After recording a couple of solo albums in the ‘80s, he ‘disappeared’ for 17 years, but was really hiding in plain sight.  While on a working sabbatical, Muldaur scored music for movies and TV, played on other people’s albums and joined the corporate world.  Returning in the late ‘90s, he began a path of helping audiences rediscover blues and jazz music from the depression era through his contemporary interpretations and he’s now combining his infrequent public appearances with creating arrangements for an orchestra in the Netherlands.  Refreshingly, at 70, Muldaur plays because he wants to and not because he has to.

Which brings us to his Blue Door show.  Through the years, Muldaur’s trips to Oklahoma City have been fraught with weather issues.  In 1999, he was scheduled on the evening the tornado struck Moore.  In 2008, he had to delay his Blue Door appearance for one night because an ice storm made it impossible for him to get out of the hotel parking lot.  But this time, he missed the freak April snow flurry by one day and followed the night of the blood moon with a flawless two-hour solo performance in front of a whopping crowd of 28 – which eclipsed his previous two climate hampered appearances.
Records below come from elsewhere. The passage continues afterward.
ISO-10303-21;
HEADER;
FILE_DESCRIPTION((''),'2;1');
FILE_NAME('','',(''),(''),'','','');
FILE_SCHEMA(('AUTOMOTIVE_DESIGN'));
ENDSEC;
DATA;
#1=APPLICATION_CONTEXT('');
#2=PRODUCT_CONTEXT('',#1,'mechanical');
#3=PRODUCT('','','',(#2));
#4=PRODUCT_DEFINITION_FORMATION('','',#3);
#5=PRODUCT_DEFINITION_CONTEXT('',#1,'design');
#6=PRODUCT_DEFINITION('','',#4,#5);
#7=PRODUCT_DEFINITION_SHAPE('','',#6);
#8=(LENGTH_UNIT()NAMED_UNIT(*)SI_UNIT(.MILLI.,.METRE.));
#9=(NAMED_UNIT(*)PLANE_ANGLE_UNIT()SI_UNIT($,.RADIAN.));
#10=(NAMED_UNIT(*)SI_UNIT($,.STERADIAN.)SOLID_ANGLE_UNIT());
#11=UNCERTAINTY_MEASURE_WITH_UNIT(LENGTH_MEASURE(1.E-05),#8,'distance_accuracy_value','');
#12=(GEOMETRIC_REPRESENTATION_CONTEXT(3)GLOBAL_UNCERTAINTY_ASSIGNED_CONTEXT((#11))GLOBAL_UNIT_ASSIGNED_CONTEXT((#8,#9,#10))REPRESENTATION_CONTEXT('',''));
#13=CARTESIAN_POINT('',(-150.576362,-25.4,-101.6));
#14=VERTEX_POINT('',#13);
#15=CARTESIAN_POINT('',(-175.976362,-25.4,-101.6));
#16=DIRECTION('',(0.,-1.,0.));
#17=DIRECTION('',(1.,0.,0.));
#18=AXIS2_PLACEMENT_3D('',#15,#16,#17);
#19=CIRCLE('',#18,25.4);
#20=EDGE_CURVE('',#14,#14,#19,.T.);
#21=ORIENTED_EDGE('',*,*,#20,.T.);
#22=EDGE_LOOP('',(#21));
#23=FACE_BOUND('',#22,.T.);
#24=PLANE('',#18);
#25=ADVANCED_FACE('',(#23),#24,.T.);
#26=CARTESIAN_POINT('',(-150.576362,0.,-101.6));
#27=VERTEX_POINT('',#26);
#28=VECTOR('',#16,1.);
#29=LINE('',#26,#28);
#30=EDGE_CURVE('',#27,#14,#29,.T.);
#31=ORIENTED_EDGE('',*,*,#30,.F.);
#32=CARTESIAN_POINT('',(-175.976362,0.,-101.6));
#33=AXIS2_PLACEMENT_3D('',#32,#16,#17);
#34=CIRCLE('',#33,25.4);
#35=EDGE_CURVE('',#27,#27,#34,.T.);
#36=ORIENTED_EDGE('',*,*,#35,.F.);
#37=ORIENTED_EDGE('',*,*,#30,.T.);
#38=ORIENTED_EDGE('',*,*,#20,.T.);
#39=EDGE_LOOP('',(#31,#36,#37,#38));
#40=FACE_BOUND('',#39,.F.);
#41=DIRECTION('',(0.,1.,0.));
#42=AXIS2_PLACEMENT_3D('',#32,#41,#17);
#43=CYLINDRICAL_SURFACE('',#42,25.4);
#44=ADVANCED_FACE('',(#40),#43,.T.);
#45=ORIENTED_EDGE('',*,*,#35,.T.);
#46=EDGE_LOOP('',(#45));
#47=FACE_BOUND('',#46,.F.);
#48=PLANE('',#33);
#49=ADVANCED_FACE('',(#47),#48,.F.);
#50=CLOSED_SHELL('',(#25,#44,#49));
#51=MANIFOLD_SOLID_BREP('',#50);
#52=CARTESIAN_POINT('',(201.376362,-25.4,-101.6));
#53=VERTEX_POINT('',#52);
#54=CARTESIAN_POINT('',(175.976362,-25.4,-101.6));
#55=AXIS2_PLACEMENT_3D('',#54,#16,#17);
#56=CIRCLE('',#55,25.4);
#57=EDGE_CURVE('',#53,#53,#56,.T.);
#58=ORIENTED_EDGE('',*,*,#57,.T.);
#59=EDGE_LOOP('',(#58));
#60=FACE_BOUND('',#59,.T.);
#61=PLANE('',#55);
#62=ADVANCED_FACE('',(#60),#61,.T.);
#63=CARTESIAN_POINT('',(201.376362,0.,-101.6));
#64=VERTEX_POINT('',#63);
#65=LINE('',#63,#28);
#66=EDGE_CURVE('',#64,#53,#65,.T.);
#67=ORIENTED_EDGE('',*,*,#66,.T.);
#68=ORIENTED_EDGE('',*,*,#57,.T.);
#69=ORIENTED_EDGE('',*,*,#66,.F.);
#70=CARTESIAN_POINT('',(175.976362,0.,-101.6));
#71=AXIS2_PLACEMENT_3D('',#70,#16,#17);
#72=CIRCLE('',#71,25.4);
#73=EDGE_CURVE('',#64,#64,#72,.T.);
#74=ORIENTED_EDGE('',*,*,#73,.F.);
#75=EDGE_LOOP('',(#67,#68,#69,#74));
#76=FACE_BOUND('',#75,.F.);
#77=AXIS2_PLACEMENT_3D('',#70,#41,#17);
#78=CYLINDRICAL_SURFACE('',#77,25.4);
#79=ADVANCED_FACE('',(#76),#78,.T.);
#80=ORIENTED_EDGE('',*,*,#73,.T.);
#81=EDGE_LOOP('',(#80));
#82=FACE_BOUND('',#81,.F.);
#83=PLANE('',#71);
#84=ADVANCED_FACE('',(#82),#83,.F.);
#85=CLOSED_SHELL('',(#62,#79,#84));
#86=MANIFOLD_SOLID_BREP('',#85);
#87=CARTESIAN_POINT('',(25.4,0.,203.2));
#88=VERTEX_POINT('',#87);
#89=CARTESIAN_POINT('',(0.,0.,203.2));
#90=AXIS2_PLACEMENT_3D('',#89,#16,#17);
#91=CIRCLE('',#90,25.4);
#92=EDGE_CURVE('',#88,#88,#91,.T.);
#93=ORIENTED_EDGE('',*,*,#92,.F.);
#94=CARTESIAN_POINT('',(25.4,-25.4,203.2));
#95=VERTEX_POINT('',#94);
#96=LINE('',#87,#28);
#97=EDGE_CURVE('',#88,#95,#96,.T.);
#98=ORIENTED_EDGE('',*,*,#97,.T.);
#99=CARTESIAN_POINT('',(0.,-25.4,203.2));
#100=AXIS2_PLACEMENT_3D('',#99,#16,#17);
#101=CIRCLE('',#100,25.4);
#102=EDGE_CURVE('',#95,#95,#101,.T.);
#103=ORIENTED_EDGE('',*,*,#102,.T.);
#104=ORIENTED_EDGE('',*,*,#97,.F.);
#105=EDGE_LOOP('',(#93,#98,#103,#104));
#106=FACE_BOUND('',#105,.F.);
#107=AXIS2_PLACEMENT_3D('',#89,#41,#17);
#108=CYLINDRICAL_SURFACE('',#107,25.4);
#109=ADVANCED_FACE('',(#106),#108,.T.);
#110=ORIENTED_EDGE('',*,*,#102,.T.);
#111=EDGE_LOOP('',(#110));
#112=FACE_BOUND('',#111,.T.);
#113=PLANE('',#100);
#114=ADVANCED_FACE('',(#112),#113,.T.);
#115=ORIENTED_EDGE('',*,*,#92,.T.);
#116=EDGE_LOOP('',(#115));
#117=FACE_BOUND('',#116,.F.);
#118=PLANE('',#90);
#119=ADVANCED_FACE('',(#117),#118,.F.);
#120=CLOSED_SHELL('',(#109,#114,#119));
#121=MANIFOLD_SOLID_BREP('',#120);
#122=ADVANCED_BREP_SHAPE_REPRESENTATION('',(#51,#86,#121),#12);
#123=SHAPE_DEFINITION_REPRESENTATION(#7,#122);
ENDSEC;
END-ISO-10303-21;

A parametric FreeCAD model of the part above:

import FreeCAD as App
import Part
import Sketcher
Q = App.Units.Quantity

doc = App.newDocument("Part")
body = doc.addObject("PartDesign::Body", "Body")
body.AllowCompound = True

# Sketch on XZ plane
sketch1 = body.newObject("Sketcher::SketchObject", "Sketch")
sketch1.AttachmentSupport = (doc.getObject("XZ_Plane"), [""])
sketch1.MapMode = "FlatFace"
sketch1.addGeometry([
    Part.Circle(App.Vector(0, 203, 0), App.Vector(0, 0, 1), 25),
    Part.Circle(App.Vector(176, -102, 0), App.Vector(0, 0, 1), 25),
    Part.Circle(App.Vector(-176, -102, 0), App.Vector(0, 0, 1), 25),
], False)
sketch1.addConstraint([
    Sketcher.Constraint("Equal", 0, 1),
    Sketcher.Constraint("Equal", 1, 2),
    Sketcher.Constraint("Symmetric", 1, 3, 2, 3, -2),
    Sketcher.Constraint("PointOnObject", 0, 3, -2),
    Sketcher.Constraint("Diameter", 0, Q("2 in")),
    Sketcher.Constraint("DistanceY", -1, 1, 0, 3, Q("8 in")),
    Sketcher.Constraint("DistanceY", 1, 3, -1, 1, Q("4 in")),
    Sketcher.Constraint("DistanceX", -1, 1, 1, 3, 175.976362),
])
pad1 = body.newObject("PartDesign::Pad", "Pad")
pad1.Profile = sketch1
pad1.Length = Q("1 in")

doc.recompute()
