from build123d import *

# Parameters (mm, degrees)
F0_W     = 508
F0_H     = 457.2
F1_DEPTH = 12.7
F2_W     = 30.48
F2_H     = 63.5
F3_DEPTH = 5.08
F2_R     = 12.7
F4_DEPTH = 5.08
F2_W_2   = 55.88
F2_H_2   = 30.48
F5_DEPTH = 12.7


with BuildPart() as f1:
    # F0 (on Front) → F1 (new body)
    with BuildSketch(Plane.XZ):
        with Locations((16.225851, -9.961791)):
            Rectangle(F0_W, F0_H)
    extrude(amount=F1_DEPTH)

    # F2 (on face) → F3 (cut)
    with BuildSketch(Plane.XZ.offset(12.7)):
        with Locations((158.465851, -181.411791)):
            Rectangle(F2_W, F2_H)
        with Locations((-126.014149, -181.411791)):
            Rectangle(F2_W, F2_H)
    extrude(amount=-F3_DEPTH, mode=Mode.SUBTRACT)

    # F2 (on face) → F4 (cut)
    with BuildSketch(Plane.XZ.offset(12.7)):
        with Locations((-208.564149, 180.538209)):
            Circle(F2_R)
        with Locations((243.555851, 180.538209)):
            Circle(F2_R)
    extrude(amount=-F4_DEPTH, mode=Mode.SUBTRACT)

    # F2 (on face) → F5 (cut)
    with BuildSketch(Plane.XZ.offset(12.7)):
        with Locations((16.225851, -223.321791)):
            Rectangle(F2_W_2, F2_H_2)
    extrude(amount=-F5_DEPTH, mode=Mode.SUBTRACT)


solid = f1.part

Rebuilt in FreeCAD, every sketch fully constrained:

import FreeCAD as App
import Part
import Sketcher
Q = App.Units.Quantity


def add_polygon(sketch, points):
    """Adds a closed chain of lines whose ends are joined by coincident constraints."""
    first, n = sketch.GeometryCount, len(points)
    for a, b in zip(points, points[1:] + points[:1]):
        sketch.addGeometry(Part.LineSegment(App.Vector(*a, 0), App.Vector(*b, 0)), False)
    for i in range(n):
        sketch.addConstraint(Sketcher.Constraint("Coincident", first + i, 2, first + (i + 1) % n, 1))

doc = App.newDocument("Part")
body = doc.addObject("PartDesign::Body", "Body")

sketch1 = body.newObject("Sketcher::SketchObject", "Sketch")
sketch1.AttachmentSupport = (doc.getObject("XZ_Plane"), [""])
sketch1.MapMode = "FlatFace"
add_polygon(sketch1, [(-238, 219), (-238, -239), (270, -239), (270, 219)])
sketch1.addConstraint(Sketcher.Constraint("Vertical", 0))
sketch1.addConstraint(Sketcher.Constraint("Horizontal", 1))
sketch1.addConstraint(Sketcher.Constraint("Vertical", 2))
sketch1.addConstraint(Sketcher.Constraint("Horizontal", 3))
sketch1.addConstraint(Sketcher.Constraint("DistanceX", 1, 1, 1, 2, Q("20 in")))
sketch1.addConstraint(Sketcher.Constraint("DistanceY", 0, 2, 0, 1, Q("18 in")))
sketch1.addConstraint(Sketcher.Constraint("DistanceX", 0, 2, -1, 1, 237.774149))
sketch1.addConstraint(Sketcher.Constraint("DistanceY", 0, 2, -1, 1, 238.561791))
pad1 = body.newObject("PartDesign::Pad", "Pad")
pad1.Profile = sketch1
pad1.Length = Q("0.5 in")

sketch2 = body.newObject("Sketcher::SketchObject", "Sketch001")
sketch2.AttachmentSupport = (doc.getObject("XZ_Plane"), [""])
sketch2.MapMode = "FlatFace"
sketch2.AttachmentOffset = App.Placement(App.Vector(0, 0, 0.5 * 25.4), App.Rotation())
add_polygon(sketch2, [(143, -150), (143, -213), (174, -213), (174, -150)])
add_polygon(sketch2, [(-141, -150), (-141, -213), (-111, -213), (-111, -150)])
sketch2.addConstraint(Sketcher.Constraint("Vertical", 0))
sketch2.addConstraint(Sketcher.Constraint("Horizontal", 1))
sketch2.addConstraint(Sketcher.Constraint("Vertical", 2))
sketch2.addConstraint(Sketcher.Constraint("Horizontal", 3))
sketch2.addConstraint(Sketcher.Constraint("Vertical", 4))
sketch2.addConstraint(Sketcher.Constraint("Horizontal", 5))
sketch2.addConstraint(Sketcher.Constraint("Vertical", 6))
sketch2.addConstraint(Sketcher.Constraint("Horizontal", 7))
sketch2.addConstraint(Sketcher.Constraint("Horizontal", 1, 2, 4, 2))
sketch2.addConstraint(Sketcher.Constraint("Horizontal", 3, 2, 6, 2))
sketch2.addConstraint(Sketcher.Constraint("Equal", 3, 5))
sketch2.addConstraint(Sketcher.Constraint("DistanceX", 1, 1, 1, 2, Q("1.2 in")))
sketch2.addConstraint(Sketcher.Constraint("DistanceY", 0, 2, 0, 1, Q("2.5 in")))
sketch2.addConstraint(Sketcher.Constraint("DistanceX", 5, 2, 0, 2, Q("10 in")))
sketch2.addConstraint(Sketcher.Constraint("DistanceX", -1, 1, 0, 2, 143.225851))
sketch2.addConstraint(Sketcher.Constraint("DistanceY", 0, 2, -1, 1, 213.161791))
pocket1 = body.newObject("PartDesign::Pocket", "Pocket")
pocket1.Profile = sketch2
pocket1.Length = Q("0.2 in")

sketch3 = body.newObject("Sketcher::SketchObject", "Sketch002")
sketch3.AttachmentSupport = (doc.getObject("XZ_Plane"), [""])
sketch3.MapMode = "FlatFace"
sketch3.AttachmentOffset = App.Placement(App.Vector(0, 0, 0.5 * 25.4), App.Rotation())
sketch3.addGeometry(Part.Circle(App.Vector(-209, 181, 0), App.Vector(0, 0, 1), 13), False)
sketch3.addGeometry(Part.Circle(App.Vector(244, 181, 0), App.Vector(0, 0, 1), 13), False)
sketch3.addConstraint(Sketcher.Constraint("Equal", 0, 1))
sketch3.addConstraint(Sketcher.Constraint("Horizontal", 0, 3, 1, 3))
sketch3.addConstraint(Sketcher.Constraint("Diameter", 0, Q("1 in")))
sketch3.addConstraint(Sketcher.Constraint("DistanceX", 0, 3, 1, 3, Q("17.8 in")))
sketch3.addConstraint(Sketcher.Constraint("DistanceX", 0, 3, -1, 1, 208.564149))
sketch3.addConstraint(Sketcher.Constraint("DistanceY", -1, 1, 0, 3, 180.538209))
pocket2 = body.newObject("PartDesign::Pocket", "Pocket001")
pocket2.Profile = sketch3
pocket2.Length = Q("0.2 in")

sketch4 = body.newObject("Sketcher::SketchObject", "Sketch003")
sketch4.AttachmentSupport = (doc.getObject("XZ_Plane"), [""])
sketch4.MapMode = "FlatFace"
sketch4.AttachmentOffset = App.Placement(App.Vector(0, 0, 0.5 * 25.4), App.Rotation())
add_polygon(sketch4, [(-12, -208), (-12, -239), (44, -239), (44, -208)])
sketch4.addConstraint(Sketcher.Constraint("Vertical", 0))
sketch4.addConstraint(Sketcher.Constraint("Horizontal", 1))
sketch4.addConstraint(Sketcher.Constraint("Vertical", 2))
sketch4.addConstraint(Sketcher.Constraint("Horizontal", 3))
sketch4.addConstraint(Sketcher.Constraint("DistanceX", 1, 1, 1, 2, Q("2.2 in")))
sketch4.addConstraint(Sketcher.Constraint("DistanceY", 0, 2, 0, 1, Q("1.2 in")))
sketch4.addConstraint(Sketcher.Constraint("DistanceX", 0, 2, -1, 1, 11.714149))
sketch4.addConstraint(Sketcher.Constraint("DistanceY", 0, 2, -1, 1, 238.561791))
pocket3 = body.newObject("PartDesign::Pocket", "Pocket002")
pocket3.Profile = sketch4
pocket3.Length = Q("0.5 in")

doc.recompute()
Don’t feel bad for Geoff.  These were people who were really into his music, some coming all the way from the Far East, where as the saying goes he is ‘big in Japan’.  He was able to weave some time-tested stories on the background of songs from Sleepy John Estes, Blind Willie Johnson and Vera Hall, as well as late bandmate and tour partner Bobby Charles, into a pastiche of blues, folk and classical tunes. It was like a fireside chat with the curator of these musical genres. And even though he is more of an interpreter or arranger of ‘other folks music’, rather than a lyricist, one of the highlights of the show is his own composition “Got To Find Blind Lemon, (Parts 1 and 2)” about the search for Blind Lemon Jefferson’s grave in East Texas.  Enjoy it here from a performance a couple of years back.

Getting set to do some recording next month, Muldaur has also taken several Tennessee Williams poems and set them to traditional music with startling effect. It’s part of his continued reimagining and reengineering of musical forms that make what is old new again.

I surprised Muldaur during the introduction of his version of Blind Willie Johnson’s  “Trouble Will Soon Be Over” when he asked if anyone had ever heard of Philippe Wynne.  I answered in the affirmative and added that Wynne was the lead singer of the Spinners (Rubberband Man, Could It Be I’m Falling In Love, you know).  Astonished, he said I was the first person at any of his shows that had known who Wynne was.  That established my bona fides and allowed me to have a private discussion with him following the show.

It seemed to me that a great part of his show was spent educating audiences on the origin of many of the tunes he performed, sort of a college of musical knowledge.

“I don’t know if I’m trying to educate, maybe I’m a ham,” said Muldaur. “I like to talk about this stuff, I’ll tell you why.  It’s because I’m talking about worlds that don’t exist anymore.  And it was so yesterday for me.  All of a sudden it’s a whole other sack of potatoes, man. To tell any of these stories, it means so much to me.”

Muldaur and Kweskin kicked around the Northeast in the early 1960s, discovering old 78RPM records of the ‘20s and ‘30s blues men (and women) to learn their chops. Back then, about all you had were the John Lomax field recordings, and the American rediscovery of the later blues of Muddy Waters, Howlin’ Wolf and Willie Dixon, among others, was just beginning. You had to scour the record stores to find obscure recordings and felt like Columbus when you did.  This often caused people to miss entire genres of music while they were just learning the first one. While Muldaur was in the jug band and folk explosion, something else was happening in another part of the country.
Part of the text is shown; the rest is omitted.